Let us now take a look at the unemployment rate in these majors.

In [23]:
recent_grads[:20].plot.bar(x='Major', y='Unemployment_rate')
plt.title('Unemployment Rate Across Majors - Engineering')
Out[23]:
Text(0.5, 1.0, 'Unemployment Rate Across Majors')
In [24]:
recent_grads[-20:].plot.bar(x='Major', y='Unemployment_rate')
plt.title('Unemployment Rate Across Majors - Arts, Education and Humanities')
Out[24]:
Text(0.5, 1.0, 'Unemployment Rate Across Majors - Arts, Education and Humanities')

Overall, unemployment tends to be higher in the majors from the last twenty rows, that is, those relating to the humanities, arts and education, which also tend to have a higher participation of women.

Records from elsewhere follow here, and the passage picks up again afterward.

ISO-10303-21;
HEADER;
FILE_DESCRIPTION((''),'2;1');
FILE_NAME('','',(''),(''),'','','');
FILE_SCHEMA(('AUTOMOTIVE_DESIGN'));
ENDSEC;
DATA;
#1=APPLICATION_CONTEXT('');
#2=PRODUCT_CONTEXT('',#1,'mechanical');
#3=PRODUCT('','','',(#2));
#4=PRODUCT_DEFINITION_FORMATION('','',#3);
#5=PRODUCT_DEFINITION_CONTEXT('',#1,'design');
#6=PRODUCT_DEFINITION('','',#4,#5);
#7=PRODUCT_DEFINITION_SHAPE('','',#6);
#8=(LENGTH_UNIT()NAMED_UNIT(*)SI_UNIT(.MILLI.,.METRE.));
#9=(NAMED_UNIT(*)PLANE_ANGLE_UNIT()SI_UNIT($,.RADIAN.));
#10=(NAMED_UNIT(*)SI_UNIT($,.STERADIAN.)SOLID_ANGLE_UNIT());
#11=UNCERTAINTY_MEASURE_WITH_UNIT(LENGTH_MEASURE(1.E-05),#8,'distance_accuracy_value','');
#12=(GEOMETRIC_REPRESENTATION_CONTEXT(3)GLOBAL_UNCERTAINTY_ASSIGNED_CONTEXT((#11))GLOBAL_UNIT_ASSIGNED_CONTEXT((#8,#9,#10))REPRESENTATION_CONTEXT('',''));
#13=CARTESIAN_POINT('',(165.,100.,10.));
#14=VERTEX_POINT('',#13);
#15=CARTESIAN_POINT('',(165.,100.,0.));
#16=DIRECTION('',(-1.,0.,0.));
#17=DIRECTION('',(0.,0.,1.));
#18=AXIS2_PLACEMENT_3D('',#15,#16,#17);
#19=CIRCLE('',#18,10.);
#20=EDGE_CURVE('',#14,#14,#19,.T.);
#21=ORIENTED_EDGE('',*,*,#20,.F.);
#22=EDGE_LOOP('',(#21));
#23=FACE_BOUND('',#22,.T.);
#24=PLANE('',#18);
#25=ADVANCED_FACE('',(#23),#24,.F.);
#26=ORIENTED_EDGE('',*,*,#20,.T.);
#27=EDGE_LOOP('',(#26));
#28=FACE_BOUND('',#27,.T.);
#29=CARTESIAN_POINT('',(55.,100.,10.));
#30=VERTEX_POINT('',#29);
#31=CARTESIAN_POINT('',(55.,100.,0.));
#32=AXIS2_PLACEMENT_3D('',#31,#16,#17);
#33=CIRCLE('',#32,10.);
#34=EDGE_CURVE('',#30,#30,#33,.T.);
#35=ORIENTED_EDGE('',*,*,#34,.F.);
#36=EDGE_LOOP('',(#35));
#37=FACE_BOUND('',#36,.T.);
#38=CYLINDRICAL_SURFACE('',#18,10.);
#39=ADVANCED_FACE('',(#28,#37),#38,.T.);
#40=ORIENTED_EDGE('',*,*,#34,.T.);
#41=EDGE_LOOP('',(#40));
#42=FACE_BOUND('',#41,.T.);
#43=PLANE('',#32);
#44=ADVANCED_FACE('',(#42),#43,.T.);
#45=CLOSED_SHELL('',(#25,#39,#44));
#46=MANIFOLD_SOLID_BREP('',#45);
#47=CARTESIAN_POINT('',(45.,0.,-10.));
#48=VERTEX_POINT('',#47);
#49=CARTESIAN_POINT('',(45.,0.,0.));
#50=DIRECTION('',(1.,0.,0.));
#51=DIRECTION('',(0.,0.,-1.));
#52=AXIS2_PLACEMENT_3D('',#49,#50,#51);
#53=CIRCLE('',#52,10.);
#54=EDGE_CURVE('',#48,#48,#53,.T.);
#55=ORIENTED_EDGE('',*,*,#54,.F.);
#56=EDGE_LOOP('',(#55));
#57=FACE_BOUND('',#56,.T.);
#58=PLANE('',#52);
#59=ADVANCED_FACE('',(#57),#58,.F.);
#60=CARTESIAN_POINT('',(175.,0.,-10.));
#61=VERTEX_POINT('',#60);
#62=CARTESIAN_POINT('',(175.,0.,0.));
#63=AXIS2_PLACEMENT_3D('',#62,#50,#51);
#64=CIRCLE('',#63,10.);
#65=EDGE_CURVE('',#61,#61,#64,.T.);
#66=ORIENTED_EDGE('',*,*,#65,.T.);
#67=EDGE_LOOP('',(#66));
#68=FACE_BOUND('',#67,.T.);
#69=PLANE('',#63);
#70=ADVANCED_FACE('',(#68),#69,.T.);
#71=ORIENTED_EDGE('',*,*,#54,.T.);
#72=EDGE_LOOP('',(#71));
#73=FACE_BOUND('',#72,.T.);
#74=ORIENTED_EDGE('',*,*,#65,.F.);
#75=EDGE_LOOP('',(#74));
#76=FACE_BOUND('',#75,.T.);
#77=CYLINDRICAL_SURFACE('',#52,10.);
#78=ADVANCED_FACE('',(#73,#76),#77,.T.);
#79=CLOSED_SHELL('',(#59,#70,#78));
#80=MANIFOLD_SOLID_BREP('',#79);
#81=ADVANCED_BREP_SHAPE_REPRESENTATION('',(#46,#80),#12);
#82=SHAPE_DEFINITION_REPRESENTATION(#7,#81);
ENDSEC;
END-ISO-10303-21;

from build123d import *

# Parameters (mm, degrees)
WYCI_GNI_CIE_PO_CIE_CE1_PROFILE_R = 10
WYCI_GNI_CIE_PO_CIE_CE2_PROFILE_R = 10


with BuildPart() as part:
    # Wyciągnięcie po ścieżce1: sweep along a path in Szkic1
    with BuildLine(Plane.XY) as wyci_gni_cie_po_cie_ce1_path:
        Line((165, 100), (55, 100))
    # Wyciągnięcie po ścieżce1 profile (on start of the path) → Wyciągnięcie po ścieżce1 (sweep)
    with BuildSketch(Plane(origin=(165, 100, 0), x_dir=(0, 0, -1), z_dir=(-1, 0, 0))):
        Circle(WYCI_GNI_CIE_PO_CIE_CE1_PROFILE_R)
    sweep(path=wyci_gni_cie_po_cie_ce1_path.line)


with BuildPart() as body_2:
    # Wyciągnięcie po ścieżce2: sweep along a path in Szkic6
    with BuildLine(Plane.XY) as wyci_gni_cie_po_cie_ce2_path:
        Line((45, 0), (175, 0))
    # Wyciągnięcie po ścieżce2 profile (on start of the path) → Wyciągnięcie po ścieżce2 (sweep)
    with BuildSketch(Plane(origin=(45, 0, 0), x_dir=(0, 0, 1), z_dir=(1, 0, 0))):
        Circle(WYCI_GNI_CIE_PO_CIE_CE2_PROFILE_R)
    sweep(path=wyci_gni_cie_po_cie_ce2_path.line)


solid = Compound([part.part, body_2.part])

These bar plots provide a more granular view of the trends that we noticed in the previous scatter plots and scatter matrix plots.

Conclusion

In this project, we used visualizations including scatter plots, bar plots and histograms to analyze relationships between variables related to job outcomes for graduates across a variety of majors. Using these visualizations, we were able to pinpoint interesting relationships and overall trends, including common ranges for the median salary and unemployment rate, and their differences across different groups including gender and major category.

In [ ]: